But just as we have highlighted that a low unemployment rate and low-to-no net job growth is perfectly sensible and a good sign in a period of aggressive immigration enforcement, it’s worth noting that something must now be amiss.
How can a labor market add more than 500,000 jobs in three months, in a period when net immigrant participation in the workforce is supposed to be flat or declining, and the native-born prime-age population hasn’t been growing, and labor force participation isn’t increasing, and the unemployment rate stays unchanged? We have fairly good data on most of those variables, and fairly poor visibility into immigration flows.
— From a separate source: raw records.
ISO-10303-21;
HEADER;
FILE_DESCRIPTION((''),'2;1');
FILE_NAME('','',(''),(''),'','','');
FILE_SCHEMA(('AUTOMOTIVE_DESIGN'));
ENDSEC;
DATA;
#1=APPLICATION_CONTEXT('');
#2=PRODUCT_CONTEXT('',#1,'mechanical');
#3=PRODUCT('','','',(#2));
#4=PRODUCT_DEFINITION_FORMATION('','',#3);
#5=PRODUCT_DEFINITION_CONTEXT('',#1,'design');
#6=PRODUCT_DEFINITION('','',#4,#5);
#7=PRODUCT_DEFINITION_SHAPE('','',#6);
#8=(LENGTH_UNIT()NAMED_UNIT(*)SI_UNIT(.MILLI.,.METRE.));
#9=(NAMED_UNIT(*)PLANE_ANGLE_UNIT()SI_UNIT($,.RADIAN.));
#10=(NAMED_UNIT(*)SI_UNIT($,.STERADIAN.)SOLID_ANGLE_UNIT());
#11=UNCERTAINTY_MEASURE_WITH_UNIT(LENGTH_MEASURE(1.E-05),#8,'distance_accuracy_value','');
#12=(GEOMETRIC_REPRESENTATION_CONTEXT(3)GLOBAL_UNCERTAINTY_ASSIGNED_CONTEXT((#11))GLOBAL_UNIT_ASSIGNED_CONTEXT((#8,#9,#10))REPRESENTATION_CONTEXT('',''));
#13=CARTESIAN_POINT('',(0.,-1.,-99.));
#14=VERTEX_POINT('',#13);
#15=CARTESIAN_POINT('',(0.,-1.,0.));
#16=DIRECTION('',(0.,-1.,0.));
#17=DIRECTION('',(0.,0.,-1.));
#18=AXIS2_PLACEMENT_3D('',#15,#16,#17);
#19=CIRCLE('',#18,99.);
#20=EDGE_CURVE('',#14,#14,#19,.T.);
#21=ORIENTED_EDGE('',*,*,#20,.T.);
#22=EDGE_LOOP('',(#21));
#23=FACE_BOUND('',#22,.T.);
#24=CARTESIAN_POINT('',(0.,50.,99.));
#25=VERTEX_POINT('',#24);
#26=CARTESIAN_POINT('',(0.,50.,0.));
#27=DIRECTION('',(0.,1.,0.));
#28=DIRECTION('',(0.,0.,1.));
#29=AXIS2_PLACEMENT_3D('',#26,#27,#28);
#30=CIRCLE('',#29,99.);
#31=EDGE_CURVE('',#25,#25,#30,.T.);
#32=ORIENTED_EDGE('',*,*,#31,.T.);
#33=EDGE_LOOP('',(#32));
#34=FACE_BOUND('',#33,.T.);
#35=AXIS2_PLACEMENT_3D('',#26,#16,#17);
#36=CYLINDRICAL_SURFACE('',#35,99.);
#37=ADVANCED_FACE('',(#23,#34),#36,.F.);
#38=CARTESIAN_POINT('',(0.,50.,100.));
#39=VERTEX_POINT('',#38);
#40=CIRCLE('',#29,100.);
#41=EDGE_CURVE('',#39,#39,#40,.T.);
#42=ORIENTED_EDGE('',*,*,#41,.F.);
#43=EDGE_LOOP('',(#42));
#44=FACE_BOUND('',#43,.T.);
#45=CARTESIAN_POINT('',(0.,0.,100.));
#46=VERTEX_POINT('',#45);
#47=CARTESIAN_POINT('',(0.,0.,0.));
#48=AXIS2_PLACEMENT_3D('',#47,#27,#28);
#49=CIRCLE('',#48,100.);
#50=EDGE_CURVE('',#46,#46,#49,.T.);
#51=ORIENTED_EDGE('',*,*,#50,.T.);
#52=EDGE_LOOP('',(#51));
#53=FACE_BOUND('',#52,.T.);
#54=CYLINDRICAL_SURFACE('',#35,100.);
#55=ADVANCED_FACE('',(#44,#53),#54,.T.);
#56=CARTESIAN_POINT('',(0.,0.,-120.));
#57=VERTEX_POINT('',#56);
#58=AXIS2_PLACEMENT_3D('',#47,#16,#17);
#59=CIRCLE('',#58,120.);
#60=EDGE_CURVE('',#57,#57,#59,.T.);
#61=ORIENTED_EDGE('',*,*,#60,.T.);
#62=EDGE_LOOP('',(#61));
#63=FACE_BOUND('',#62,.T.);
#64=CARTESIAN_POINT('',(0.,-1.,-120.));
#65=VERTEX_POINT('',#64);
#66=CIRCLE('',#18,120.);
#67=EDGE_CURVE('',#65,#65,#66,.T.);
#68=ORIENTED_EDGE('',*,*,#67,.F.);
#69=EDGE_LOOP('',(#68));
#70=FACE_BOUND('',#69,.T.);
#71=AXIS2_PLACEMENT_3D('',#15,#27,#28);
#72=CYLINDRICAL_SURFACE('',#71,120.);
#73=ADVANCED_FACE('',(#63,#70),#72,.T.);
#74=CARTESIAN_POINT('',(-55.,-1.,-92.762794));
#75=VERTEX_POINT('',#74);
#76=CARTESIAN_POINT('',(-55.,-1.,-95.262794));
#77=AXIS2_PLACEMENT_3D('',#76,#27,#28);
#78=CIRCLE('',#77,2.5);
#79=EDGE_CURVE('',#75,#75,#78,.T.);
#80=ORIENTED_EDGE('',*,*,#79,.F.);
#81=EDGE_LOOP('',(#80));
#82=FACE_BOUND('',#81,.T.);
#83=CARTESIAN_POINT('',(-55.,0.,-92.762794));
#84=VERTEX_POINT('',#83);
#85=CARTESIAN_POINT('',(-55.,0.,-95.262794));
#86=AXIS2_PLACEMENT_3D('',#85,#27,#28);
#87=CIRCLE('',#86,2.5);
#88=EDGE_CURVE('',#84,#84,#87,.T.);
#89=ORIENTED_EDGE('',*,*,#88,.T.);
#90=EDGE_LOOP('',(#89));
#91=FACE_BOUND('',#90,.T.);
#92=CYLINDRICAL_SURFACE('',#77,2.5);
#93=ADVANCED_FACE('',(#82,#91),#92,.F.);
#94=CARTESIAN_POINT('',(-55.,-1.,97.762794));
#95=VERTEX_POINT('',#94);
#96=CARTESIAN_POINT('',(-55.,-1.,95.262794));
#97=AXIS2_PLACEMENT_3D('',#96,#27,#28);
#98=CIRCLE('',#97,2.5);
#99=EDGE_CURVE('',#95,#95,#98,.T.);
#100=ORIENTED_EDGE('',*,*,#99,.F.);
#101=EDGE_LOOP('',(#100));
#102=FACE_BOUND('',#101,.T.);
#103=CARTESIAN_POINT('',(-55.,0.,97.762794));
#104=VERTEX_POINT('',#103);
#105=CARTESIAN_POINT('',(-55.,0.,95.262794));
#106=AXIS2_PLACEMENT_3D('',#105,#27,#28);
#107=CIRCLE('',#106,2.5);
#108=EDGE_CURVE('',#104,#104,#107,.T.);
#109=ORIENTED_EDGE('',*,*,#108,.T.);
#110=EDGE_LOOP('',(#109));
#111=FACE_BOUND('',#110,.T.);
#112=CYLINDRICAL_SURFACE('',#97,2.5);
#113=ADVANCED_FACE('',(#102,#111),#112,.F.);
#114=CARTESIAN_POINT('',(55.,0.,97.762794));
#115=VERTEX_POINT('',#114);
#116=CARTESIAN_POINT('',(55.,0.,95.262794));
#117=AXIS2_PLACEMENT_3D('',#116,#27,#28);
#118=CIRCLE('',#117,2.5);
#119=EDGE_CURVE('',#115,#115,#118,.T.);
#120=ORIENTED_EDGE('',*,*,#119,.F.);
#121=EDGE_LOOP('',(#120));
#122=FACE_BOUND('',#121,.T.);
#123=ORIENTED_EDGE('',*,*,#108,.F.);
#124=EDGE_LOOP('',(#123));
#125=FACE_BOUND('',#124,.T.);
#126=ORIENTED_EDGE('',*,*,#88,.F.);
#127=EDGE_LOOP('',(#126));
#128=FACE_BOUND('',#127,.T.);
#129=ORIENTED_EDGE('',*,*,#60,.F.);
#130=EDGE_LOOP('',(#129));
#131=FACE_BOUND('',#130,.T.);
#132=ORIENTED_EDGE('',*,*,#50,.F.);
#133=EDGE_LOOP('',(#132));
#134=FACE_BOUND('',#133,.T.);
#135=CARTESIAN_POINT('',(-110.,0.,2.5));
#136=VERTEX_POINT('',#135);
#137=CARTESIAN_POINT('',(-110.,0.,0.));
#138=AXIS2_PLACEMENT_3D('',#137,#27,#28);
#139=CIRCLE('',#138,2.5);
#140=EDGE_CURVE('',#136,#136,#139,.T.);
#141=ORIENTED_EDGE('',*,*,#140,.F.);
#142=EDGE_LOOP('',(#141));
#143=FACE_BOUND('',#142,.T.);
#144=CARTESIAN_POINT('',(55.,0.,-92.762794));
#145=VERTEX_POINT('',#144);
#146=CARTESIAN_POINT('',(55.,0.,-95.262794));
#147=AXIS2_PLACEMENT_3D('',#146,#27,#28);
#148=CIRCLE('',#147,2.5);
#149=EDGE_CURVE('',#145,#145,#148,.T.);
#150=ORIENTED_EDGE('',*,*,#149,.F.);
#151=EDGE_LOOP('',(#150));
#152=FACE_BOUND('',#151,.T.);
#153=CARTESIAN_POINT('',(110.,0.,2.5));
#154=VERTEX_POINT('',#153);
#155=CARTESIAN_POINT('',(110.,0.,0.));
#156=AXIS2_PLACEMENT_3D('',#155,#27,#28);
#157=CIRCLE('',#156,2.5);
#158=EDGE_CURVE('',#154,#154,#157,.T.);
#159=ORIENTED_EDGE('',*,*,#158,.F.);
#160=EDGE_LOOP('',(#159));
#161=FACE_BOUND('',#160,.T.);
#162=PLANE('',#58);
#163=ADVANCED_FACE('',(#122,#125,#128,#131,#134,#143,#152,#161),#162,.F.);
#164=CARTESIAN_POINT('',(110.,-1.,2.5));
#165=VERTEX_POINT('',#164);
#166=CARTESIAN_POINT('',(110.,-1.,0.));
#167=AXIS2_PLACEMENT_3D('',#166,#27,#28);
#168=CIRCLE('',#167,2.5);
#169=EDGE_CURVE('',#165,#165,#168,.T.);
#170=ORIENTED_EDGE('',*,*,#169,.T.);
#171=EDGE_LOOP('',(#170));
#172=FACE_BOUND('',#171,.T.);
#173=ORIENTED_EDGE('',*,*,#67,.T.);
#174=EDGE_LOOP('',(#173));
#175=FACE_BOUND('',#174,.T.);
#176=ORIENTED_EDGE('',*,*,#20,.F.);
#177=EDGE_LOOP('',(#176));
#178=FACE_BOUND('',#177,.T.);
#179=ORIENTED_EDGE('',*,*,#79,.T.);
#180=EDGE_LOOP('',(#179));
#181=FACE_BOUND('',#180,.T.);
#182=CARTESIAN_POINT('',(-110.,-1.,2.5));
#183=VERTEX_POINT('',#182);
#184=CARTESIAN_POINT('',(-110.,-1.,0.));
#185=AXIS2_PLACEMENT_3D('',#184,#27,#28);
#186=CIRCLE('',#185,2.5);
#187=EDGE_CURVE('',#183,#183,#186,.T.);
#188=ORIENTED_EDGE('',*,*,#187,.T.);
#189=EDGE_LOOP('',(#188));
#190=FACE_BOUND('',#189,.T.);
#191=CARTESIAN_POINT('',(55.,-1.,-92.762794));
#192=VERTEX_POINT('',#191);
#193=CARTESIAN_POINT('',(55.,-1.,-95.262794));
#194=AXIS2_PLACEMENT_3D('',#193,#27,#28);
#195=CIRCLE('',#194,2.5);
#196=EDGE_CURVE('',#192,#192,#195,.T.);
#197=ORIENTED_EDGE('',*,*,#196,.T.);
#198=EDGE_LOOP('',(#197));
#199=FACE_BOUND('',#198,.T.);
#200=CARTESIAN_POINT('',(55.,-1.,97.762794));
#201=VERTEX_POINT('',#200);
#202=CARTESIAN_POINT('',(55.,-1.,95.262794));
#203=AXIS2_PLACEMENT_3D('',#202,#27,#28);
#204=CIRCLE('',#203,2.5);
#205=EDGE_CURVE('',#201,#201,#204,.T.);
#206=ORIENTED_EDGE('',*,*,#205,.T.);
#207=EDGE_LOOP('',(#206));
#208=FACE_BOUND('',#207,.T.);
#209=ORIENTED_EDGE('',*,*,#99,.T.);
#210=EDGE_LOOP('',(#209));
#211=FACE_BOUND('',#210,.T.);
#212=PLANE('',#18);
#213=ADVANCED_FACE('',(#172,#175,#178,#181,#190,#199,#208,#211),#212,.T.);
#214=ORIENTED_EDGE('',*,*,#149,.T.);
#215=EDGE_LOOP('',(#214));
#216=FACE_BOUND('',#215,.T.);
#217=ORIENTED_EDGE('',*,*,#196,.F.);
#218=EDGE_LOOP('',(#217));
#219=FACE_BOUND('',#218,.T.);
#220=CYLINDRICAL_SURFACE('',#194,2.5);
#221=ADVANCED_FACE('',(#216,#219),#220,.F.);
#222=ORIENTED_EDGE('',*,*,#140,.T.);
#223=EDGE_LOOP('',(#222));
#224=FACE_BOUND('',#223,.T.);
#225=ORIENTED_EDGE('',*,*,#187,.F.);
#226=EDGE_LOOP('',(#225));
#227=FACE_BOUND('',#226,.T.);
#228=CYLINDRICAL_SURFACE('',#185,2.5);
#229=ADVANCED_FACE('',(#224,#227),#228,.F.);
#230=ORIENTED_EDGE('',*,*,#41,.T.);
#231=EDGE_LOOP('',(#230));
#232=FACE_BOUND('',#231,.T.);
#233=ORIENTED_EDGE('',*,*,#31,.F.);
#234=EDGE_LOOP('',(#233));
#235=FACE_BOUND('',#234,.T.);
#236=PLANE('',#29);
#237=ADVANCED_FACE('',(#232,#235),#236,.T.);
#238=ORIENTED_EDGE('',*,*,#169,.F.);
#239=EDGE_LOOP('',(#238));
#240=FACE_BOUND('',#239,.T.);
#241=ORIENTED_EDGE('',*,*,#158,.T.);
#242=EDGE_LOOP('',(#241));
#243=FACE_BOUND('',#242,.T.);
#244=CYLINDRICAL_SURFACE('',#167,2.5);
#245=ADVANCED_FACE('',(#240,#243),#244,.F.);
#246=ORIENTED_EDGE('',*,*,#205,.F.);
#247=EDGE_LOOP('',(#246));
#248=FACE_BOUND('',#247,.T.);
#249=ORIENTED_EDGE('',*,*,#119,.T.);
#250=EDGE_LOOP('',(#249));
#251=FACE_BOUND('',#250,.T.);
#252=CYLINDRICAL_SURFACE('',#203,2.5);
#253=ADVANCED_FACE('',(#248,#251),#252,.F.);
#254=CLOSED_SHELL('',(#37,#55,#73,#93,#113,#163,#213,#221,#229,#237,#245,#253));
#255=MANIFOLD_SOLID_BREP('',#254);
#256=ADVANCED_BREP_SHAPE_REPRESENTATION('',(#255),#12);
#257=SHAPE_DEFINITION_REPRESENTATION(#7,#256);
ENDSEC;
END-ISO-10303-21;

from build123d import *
from build123d.topology import SkipClean

# Parameters (mm, degrees)
SKETCH1_R           = 100
SKETCH1_R_2         = 99
BOSS_EXTRUDE1_DEPTH = 50
BOSS_EXTRUDE2_START = 1
SKETCH2_R           = 120
SKETCH2_R_2         = 99
BOSS_EXTRUDE2_DEPTH = 1
SKETCH3_R           = 2.5
CUT_EXTRUDE1_DEPTH  = 1


with BuildPart() as part:
    # Sketch1 → Boss-Extrude1 (new body)
    with BuildSketch(Plane(origin=(0, 0, 0), x_dir=(1, 0, 0), z_dir=(0, 1, 0))):
        with Locations(Location((0, 0, 0), (0, 0, 270))):
            Circle(SKETCH1_R)
        with Locations(Location((0, 0, 0), (0, 0, 270))):
            Circle(SKETCH1_R_2, mode=Mode.SUBTRACT)
    extrude(amount=BOSS_EXTRUDE1_DEPTH)

    # Sketch2 → Boss-Extrude2 (add)
    with SkipClean():  # the faces are left unmerged after this step: merging them gives an invalid solid
        with BuildSketch(Plane.XZ.offset(BOSS_EXTRUDE2_START)):
            with Locations(Location((0, 0, 0), (0, 0, 270))):
                Circle(SKETCH2_R)
            with Locations(Location((0, 0, 0), (0, 0, 270))):
                Circle(SKETCH2_R_2, mode=Mode.SUBTRACT)
        extrude(amount=-BOSS_EXTRUDE2_DEPTH)

    # Sketch3 → Cut-Extrude1 (cut)
    with SkipClean():  # the faces are left unmerged after this step: merging them gives an invalid solid
        with BuildSketch(Plane(origin=(0, 0, 0), x_dir=(1, 0, 0), z_dir=(0, 1, 0))):
            with Locations(Location((-110, 0, 0), (0, 0, 270))):
                Circle(SKETCH3_R)
            with Locations(Location((-55, 95.262794416, 0), (0, 0, 270))):
                Circle(SKETCH3_R)
            with Locations(Location((55, 95.262794416, 0), (0, 0, 270))):
                Circle(SKETCH3_R)
            with Locations(Location((110, 0, 0), (0, 0, 270))):
                Circle(SKETCH3_R)
            with Locations(Location((55, -95.262794416, 0), (0, 0, 270))):
                Circle(SKETCH3_R)
            with Locations(Location((-55, -95.262794416, 0), (0, 0, 270))):
                Circle(SKETCH3_R)
        extrude(amount=-CUT_EXTRUDE1_DEPTH, mode=Mode.SUBTRACT)


solid = part.part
So it would not be unreasonable to worry that a dropoff in immigration enforcement is a driver here.
But for some better news on enforcement in the labor market, let’s hand the mic to Daniel:
On June 2, the U.S. Trade Representative published findings that 60 economies—together the source of more than 99% of American imports—have failed to exclude goods made with forced labor from their markets, and proposed new tariffs in response: 10% on trading partners that have committed to a prohibition but not enforced one and 12.5% on those without a commitment, the latter of which includes China, Japan, and India.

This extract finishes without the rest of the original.